Naming Your Life Insurance Beneficiaries? Avoid These 4 Common Mistakes

After you buy a life insurance policy, one of the first things to do is to name a primary beneficiary and contingent beneficiary. The primary beneficiary is first in line to receive the payout from the insurance policy. If the primary beneficiary passes away at the time the benefit is to be paid, the contingent beneficiary receives proceeds from the insurance policy.

Naming a beneficiary can be tricky. Any mistakes when designating beneficiaries can result in additional costs and confusion. Here are some common beneficiary designation mistakes to avoid.

Naming Minors as Beneficiaries

If you nominate a minor as a beneficiary of your life insurance policy and have also appointed a guardian for your kids, the proceeds will pass to them. The beneficiary can claim the proceeds once they attain majority. Until then, the guardian manages the proceeds. Guardians who manage life insurance proceeds on the behalf of minor beneficiaries are subject to court supervision.

If the policy holder dies without naming a guardian, the court appoints one. Many policyholders create an irrevocable life insurance trust and appoint a trustee to manage it until the minor attains the age specified by the policyholder. They can also provide investment and other instructions for the trustee.

Naming Persons Dependent on Government Benefits as a Beneficiary

Naming a person who receives Medicaid or payments under the Supplemental Social Security Income program can put them at risk of losing these benefits and they may have to wait to re-qualify for benefits.

If you want to nominate a special needs child as a beneficiary, consider creating a Special Needs trust to ensure they can use the proceeds from your life insurance policy while still being eligible for government benefits.

Not Being Specific

Be specific when naming beneficiaries. List the full name of the beneficiaries, their social security numbers, and their address or contact information. Be clear about your intentions, when naming multiple beneficiaries, specify if you want the proceeds from your policy to be divided per capita.

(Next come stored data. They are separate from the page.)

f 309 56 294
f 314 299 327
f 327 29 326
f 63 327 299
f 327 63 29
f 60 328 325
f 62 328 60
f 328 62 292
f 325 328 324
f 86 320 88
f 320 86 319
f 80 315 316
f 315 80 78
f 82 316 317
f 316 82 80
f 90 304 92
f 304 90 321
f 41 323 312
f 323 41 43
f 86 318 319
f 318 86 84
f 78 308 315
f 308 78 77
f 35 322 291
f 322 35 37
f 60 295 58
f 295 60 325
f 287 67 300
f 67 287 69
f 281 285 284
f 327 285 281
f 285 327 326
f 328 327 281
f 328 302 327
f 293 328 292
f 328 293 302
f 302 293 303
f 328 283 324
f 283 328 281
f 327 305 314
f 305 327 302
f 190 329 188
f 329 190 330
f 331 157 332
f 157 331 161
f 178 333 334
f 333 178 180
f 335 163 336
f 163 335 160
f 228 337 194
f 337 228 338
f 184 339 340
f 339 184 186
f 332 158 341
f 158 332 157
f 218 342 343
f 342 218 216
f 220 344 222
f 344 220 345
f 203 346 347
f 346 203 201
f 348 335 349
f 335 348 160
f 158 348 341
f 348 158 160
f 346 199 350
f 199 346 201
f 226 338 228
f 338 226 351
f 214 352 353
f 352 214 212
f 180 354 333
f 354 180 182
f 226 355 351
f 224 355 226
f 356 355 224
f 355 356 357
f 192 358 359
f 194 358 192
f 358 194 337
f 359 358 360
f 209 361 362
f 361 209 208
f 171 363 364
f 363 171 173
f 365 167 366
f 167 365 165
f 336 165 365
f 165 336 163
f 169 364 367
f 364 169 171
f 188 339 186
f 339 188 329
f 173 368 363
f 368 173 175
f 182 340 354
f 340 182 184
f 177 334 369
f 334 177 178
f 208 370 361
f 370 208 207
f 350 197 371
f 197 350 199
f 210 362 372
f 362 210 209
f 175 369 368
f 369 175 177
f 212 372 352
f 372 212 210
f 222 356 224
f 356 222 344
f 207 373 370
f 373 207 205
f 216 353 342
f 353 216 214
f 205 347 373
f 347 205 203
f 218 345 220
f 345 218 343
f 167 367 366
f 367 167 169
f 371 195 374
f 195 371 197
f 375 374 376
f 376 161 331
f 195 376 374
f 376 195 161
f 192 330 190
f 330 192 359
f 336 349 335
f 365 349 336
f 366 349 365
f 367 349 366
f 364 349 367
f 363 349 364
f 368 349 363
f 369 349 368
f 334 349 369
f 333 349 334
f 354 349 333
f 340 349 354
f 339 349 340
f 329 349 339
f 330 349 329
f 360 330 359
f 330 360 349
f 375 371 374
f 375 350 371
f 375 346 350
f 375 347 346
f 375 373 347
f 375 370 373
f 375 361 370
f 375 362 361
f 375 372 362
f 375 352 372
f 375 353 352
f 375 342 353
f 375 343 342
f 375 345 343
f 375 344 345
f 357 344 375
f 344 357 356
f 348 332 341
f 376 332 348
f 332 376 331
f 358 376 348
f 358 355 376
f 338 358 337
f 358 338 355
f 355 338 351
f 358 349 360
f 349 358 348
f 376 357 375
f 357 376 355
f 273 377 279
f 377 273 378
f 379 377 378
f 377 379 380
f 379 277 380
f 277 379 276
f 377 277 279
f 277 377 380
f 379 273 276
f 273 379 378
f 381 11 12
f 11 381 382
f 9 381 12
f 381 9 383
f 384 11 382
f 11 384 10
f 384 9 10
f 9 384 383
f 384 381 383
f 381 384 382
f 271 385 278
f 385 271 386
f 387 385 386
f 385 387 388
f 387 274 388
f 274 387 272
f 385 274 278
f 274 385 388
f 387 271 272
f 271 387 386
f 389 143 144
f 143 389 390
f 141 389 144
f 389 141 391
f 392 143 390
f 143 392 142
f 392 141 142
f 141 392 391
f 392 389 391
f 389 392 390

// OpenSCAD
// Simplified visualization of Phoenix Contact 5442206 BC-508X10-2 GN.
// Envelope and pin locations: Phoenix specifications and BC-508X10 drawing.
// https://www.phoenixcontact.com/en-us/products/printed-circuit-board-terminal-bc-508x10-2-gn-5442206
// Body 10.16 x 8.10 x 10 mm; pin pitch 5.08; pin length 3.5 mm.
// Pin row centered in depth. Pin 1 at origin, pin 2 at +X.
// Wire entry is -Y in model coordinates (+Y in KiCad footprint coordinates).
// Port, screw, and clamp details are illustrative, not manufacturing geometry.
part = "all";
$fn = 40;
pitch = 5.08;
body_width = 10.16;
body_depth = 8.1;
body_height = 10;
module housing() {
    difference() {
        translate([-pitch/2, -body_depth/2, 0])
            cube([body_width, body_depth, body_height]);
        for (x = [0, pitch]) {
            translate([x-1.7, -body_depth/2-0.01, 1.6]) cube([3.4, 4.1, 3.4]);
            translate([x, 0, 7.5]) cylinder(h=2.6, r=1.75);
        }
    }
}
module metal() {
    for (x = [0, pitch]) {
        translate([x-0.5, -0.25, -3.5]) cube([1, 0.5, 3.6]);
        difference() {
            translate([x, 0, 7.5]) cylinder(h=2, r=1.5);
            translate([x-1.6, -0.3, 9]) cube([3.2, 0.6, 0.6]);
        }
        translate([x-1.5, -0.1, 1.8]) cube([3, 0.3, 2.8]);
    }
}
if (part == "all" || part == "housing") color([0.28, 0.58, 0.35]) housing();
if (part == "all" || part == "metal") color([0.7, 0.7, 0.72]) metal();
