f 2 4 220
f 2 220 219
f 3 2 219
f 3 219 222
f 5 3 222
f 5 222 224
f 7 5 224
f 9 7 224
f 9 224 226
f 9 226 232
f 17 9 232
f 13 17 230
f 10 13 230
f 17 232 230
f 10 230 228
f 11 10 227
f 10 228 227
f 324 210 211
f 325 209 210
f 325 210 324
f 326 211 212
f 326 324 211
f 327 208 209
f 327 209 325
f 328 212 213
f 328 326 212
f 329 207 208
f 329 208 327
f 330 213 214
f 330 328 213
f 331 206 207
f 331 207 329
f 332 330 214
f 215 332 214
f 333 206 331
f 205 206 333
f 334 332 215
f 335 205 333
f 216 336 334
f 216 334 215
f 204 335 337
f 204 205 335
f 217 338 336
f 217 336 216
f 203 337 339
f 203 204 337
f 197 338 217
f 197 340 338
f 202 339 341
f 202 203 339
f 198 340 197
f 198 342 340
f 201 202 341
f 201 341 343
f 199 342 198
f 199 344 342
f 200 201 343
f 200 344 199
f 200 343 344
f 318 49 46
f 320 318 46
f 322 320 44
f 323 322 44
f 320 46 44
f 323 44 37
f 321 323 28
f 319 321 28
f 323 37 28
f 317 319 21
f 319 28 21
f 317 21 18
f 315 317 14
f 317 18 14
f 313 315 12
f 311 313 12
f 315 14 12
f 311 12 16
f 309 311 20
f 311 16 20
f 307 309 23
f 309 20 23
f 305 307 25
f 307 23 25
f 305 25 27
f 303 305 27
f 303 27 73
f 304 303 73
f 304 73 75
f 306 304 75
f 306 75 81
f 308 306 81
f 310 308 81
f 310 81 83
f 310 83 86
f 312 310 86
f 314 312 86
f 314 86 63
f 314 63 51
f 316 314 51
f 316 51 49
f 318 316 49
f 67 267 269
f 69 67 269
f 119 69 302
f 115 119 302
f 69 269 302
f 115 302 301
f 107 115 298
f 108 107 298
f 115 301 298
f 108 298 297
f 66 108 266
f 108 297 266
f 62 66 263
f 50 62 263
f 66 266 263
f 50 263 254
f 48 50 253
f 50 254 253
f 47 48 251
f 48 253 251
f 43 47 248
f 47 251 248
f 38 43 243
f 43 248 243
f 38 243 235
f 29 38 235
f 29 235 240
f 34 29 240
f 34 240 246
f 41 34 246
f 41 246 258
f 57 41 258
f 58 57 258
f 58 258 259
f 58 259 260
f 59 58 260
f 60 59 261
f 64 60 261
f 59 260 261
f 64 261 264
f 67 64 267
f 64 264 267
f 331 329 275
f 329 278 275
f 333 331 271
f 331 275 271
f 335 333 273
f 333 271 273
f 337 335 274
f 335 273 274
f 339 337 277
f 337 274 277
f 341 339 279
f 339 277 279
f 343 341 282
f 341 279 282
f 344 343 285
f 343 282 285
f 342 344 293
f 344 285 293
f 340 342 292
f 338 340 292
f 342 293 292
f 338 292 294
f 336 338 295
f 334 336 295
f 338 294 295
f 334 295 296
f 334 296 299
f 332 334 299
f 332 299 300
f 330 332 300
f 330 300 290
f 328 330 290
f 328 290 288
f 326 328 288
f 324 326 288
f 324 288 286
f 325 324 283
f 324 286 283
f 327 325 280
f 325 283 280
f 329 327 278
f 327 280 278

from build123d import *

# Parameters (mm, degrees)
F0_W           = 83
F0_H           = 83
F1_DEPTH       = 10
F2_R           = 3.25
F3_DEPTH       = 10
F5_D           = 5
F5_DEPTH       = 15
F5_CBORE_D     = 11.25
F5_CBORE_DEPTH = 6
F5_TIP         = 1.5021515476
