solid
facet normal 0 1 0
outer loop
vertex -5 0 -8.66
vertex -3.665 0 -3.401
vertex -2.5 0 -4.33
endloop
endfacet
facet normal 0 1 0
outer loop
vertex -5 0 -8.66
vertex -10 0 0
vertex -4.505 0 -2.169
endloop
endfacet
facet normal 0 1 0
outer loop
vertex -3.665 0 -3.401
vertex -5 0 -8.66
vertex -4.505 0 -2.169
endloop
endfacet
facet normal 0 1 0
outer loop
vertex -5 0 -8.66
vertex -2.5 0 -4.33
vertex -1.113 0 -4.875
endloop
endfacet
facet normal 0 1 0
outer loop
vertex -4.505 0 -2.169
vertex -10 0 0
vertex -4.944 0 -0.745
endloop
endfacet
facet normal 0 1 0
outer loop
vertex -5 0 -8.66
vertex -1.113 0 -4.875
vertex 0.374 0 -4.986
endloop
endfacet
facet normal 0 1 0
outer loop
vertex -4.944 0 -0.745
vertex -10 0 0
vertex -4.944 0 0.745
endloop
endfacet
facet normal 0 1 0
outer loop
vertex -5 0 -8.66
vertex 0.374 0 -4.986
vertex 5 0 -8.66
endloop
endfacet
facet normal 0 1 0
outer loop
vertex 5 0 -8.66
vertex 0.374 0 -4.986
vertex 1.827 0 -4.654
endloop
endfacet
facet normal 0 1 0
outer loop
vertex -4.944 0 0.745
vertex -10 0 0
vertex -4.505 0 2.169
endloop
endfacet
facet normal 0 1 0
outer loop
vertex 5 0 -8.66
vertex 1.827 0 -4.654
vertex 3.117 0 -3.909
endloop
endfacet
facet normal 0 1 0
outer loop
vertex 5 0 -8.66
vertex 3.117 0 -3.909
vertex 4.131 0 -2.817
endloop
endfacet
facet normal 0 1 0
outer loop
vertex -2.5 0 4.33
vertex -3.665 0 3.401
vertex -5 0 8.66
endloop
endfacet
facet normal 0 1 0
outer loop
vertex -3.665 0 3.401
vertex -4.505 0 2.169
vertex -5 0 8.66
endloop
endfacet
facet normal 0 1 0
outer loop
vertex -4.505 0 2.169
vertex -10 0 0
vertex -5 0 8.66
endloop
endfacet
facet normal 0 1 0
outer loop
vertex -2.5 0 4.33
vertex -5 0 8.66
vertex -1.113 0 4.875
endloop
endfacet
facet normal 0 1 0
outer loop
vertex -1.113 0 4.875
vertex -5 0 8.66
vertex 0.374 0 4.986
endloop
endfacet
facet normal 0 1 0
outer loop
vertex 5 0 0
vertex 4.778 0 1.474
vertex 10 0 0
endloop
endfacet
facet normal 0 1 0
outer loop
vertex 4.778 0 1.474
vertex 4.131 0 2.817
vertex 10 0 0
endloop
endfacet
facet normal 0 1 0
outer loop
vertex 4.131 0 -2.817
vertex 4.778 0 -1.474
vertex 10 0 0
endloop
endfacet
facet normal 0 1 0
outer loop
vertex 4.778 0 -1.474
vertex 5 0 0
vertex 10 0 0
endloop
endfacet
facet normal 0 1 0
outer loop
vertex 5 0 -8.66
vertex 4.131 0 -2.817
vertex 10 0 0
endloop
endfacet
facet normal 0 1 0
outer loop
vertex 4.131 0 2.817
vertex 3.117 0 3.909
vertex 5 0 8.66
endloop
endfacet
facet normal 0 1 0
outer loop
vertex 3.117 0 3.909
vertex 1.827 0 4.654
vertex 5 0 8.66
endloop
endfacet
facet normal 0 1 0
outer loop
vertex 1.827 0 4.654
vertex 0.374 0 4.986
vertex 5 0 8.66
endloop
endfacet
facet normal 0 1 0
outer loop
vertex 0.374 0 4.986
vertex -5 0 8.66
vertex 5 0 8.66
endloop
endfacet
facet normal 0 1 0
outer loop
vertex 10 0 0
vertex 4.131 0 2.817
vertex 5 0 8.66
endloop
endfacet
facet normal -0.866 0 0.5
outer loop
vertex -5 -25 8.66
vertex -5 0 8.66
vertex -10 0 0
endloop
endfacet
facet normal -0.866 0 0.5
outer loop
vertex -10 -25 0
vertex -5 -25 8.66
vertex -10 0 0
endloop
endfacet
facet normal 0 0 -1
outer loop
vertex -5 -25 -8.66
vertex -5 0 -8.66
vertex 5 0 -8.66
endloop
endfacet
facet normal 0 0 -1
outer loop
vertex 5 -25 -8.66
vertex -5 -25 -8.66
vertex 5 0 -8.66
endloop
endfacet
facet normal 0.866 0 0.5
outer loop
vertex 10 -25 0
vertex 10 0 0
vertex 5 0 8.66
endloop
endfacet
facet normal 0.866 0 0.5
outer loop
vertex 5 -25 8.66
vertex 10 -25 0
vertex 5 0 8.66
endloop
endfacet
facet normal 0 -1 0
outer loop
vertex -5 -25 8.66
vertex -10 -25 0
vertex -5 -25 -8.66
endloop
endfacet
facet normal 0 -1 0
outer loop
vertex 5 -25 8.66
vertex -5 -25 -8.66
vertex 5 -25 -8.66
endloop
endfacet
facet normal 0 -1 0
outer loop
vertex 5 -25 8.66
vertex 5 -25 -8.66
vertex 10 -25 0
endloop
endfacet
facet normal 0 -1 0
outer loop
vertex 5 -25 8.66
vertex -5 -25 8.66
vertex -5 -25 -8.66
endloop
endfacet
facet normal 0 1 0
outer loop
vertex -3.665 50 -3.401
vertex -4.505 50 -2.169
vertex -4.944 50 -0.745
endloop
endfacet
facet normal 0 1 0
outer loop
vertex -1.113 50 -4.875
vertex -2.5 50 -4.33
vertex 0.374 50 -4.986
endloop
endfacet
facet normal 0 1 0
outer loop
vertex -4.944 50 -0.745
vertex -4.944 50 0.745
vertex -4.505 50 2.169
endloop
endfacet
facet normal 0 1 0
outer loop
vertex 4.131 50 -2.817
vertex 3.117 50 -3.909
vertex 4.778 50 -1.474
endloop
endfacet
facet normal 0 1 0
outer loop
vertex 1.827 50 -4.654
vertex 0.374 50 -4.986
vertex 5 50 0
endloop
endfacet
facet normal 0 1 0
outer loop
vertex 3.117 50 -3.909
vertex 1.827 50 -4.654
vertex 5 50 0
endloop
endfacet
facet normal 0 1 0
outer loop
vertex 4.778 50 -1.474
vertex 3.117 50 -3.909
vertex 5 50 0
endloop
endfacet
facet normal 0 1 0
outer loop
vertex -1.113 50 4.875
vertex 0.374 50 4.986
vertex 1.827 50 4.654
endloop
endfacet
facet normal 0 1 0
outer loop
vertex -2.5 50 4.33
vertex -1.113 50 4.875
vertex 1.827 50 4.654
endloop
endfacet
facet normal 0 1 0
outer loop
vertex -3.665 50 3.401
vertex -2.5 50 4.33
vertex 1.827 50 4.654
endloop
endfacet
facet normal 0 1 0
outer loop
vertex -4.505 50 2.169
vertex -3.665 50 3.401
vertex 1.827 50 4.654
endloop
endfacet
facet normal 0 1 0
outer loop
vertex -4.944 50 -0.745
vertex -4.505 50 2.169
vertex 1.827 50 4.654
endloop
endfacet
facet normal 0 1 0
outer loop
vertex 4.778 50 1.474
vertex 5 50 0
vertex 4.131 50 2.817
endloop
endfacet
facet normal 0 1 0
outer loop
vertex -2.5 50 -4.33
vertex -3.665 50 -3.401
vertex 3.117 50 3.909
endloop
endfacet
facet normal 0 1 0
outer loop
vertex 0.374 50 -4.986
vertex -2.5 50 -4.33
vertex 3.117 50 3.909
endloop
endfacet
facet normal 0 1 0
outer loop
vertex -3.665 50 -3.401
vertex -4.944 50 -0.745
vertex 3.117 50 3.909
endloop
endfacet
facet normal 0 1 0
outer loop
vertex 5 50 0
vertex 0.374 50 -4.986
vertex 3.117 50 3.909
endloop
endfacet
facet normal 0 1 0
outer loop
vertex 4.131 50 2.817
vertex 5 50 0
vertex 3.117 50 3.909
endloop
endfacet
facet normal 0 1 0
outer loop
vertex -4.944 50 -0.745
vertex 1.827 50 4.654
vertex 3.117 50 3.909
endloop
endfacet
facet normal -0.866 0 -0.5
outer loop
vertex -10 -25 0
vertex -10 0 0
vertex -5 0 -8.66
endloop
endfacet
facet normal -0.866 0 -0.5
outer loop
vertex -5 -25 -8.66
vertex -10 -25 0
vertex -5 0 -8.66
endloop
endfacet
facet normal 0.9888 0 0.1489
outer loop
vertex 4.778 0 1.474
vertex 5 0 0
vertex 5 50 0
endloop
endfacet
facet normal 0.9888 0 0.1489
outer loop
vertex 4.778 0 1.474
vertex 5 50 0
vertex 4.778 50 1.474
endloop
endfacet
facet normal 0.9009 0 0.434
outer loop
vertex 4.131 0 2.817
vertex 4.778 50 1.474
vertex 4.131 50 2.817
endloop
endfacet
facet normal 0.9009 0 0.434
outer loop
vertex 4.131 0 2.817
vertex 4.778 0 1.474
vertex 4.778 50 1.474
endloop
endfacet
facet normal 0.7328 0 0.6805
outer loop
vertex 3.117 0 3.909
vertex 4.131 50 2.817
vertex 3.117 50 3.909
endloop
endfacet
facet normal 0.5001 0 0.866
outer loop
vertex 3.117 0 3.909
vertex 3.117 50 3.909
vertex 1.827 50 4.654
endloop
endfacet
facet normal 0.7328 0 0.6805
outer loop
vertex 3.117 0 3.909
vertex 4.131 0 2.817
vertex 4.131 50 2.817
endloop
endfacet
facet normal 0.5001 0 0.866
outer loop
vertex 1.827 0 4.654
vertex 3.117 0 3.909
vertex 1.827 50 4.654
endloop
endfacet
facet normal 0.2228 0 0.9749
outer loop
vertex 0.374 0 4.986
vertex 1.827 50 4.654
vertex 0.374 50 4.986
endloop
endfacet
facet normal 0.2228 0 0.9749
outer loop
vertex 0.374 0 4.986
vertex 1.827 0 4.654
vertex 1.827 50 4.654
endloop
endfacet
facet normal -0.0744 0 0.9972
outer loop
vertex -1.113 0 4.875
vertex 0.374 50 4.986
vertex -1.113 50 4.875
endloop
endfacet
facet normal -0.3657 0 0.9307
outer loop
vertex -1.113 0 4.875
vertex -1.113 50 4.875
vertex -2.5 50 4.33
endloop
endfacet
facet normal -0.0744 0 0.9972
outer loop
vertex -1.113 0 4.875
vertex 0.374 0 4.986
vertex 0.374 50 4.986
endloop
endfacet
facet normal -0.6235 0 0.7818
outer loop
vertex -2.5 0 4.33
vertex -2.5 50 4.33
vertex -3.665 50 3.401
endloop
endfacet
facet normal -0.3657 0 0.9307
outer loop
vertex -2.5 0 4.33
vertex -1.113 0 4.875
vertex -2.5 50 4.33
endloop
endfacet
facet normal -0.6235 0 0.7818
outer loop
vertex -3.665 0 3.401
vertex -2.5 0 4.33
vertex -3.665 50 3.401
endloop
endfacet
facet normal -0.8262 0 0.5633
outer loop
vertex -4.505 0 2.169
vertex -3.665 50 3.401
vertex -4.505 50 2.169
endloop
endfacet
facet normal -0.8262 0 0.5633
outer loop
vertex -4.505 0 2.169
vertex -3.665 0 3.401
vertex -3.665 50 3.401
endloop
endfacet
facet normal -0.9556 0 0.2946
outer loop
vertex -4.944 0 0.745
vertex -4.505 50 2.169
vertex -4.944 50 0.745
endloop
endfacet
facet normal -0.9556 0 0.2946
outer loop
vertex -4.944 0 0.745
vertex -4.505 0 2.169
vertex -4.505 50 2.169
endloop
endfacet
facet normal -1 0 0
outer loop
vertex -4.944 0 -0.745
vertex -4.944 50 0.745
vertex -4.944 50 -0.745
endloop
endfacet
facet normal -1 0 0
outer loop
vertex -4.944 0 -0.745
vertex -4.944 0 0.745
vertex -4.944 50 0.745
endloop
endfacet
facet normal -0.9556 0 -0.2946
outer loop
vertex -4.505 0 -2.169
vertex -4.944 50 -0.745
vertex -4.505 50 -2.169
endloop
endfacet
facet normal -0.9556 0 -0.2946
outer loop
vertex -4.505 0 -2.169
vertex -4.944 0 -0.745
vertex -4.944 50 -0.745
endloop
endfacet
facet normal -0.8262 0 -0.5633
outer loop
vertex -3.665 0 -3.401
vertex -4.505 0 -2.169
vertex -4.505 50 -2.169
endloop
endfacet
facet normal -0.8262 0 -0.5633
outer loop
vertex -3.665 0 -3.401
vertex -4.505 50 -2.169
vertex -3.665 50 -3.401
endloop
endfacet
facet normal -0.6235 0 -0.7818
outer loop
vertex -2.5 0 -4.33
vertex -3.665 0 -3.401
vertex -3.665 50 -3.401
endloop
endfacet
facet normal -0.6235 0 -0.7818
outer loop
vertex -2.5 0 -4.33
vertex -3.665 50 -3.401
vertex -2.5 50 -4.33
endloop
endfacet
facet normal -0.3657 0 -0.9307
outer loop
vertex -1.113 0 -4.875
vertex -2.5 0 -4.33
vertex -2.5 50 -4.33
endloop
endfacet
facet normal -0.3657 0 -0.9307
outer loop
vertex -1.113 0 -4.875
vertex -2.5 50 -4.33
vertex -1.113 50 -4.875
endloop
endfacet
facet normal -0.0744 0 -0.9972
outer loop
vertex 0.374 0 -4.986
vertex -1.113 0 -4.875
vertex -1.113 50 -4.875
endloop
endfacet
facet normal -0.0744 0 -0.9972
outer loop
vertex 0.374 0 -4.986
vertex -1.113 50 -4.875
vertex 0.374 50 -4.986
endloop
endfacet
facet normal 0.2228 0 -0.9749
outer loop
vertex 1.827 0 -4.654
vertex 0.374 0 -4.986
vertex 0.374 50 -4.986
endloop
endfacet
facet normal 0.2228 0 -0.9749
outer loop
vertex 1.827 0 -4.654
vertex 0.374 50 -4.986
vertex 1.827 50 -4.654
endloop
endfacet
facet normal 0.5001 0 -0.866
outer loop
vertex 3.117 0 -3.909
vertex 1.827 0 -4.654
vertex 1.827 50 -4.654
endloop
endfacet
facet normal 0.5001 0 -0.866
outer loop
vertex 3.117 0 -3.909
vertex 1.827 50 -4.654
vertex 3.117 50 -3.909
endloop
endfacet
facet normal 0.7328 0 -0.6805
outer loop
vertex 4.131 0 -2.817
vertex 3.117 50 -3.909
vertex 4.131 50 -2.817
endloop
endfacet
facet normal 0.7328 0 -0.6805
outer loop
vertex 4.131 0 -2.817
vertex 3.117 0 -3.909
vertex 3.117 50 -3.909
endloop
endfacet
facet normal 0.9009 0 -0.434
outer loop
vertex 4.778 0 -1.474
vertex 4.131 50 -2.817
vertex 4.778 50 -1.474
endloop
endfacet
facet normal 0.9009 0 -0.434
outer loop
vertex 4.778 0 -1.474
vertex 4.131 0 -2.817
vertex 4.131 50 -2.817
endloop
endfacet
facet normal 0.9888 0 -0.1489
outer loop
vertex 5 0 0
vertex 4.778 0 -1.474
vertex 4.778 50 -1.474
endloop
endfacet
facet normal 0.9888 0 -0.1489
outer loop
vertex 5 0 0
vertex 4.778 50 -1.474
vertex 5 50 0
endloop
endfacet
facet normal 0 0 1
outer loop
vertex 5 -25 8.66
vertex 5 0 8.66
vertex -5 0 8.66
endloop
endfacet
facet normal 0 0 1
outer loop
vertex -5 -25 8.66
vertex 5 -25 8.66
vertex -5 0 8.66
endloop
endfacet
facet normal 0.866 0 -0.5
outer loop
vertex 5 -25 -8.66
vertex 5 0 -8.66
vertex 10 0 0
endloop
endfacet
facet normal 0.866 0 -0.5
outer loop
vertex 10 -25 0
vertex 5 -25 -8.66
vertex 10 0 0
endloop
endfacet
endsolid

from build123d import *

# Parameters (mm, degrees)
F1_DEPTH = 25
F2_DEPTH = 50


with BuildPart() as f1:
    # F0 (on Front) → F1 (new body)
    with BuildSketch(Plane.XZ):
        Polygon((-5, 0), (-5, 8.66), (-10.00044, 0), (-5, -8.66), align=None)
        with BuildLine():
            Line((5, -8.66), (5, 0))
            ThreePointArc((5, 0), (0, -5), (-5, 0))
            Line((-5, 0), (-5, -8.66))
            Line((-5, -8.66), (5, -8.66))
        make_face()
        with BuildLine():
            ThreePointArc((-5, 0), (0, -5), (5, 0))
            ThreePointArc((5, 0), (0, 5), (-5, 0))
        make_face()
        with BuildLine():
            Line((5, 0), (5, 8.66))
            Line((5, 8.66), (-5, 8.66))
            Line((-5, 8.66), (-5, 0))
            ThreePointArc((-5, 0), (0, 5), (5, 0))
        make_face()
        Polygon((10.00044, 0), (5, 8.66), (5, 0), (5, -8.66), align=None)
    extrude(amount=F1_DEPTH)

    # F0 (on Front) → F2 (join)
    with BuildSketch(Plane.XZ):
        with BuildLine():
            ThreePointArc((-5, 0), (0, -5), (5, 0))
            ThreePointArc((5, 0), (0, 5), (-5, 0))
        make_face()
    extrude(amount=-F2_DEPTH)


solid = f1.part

An example: Suppose you have three sons. Your first son has two children, your second son does not have children and your third son has four children. Specify if you want the proceeds from your policy to be divided equally between your three sons or also equally between your grandchildren.

Naming Only one Beneficiary

If a policyholder nominates only one beneficiary and the designated beneficiary dies before them or at the same time, proceeds from their policy is distributed between their heirs. To prevent this from happening, name a contingent beneficiary.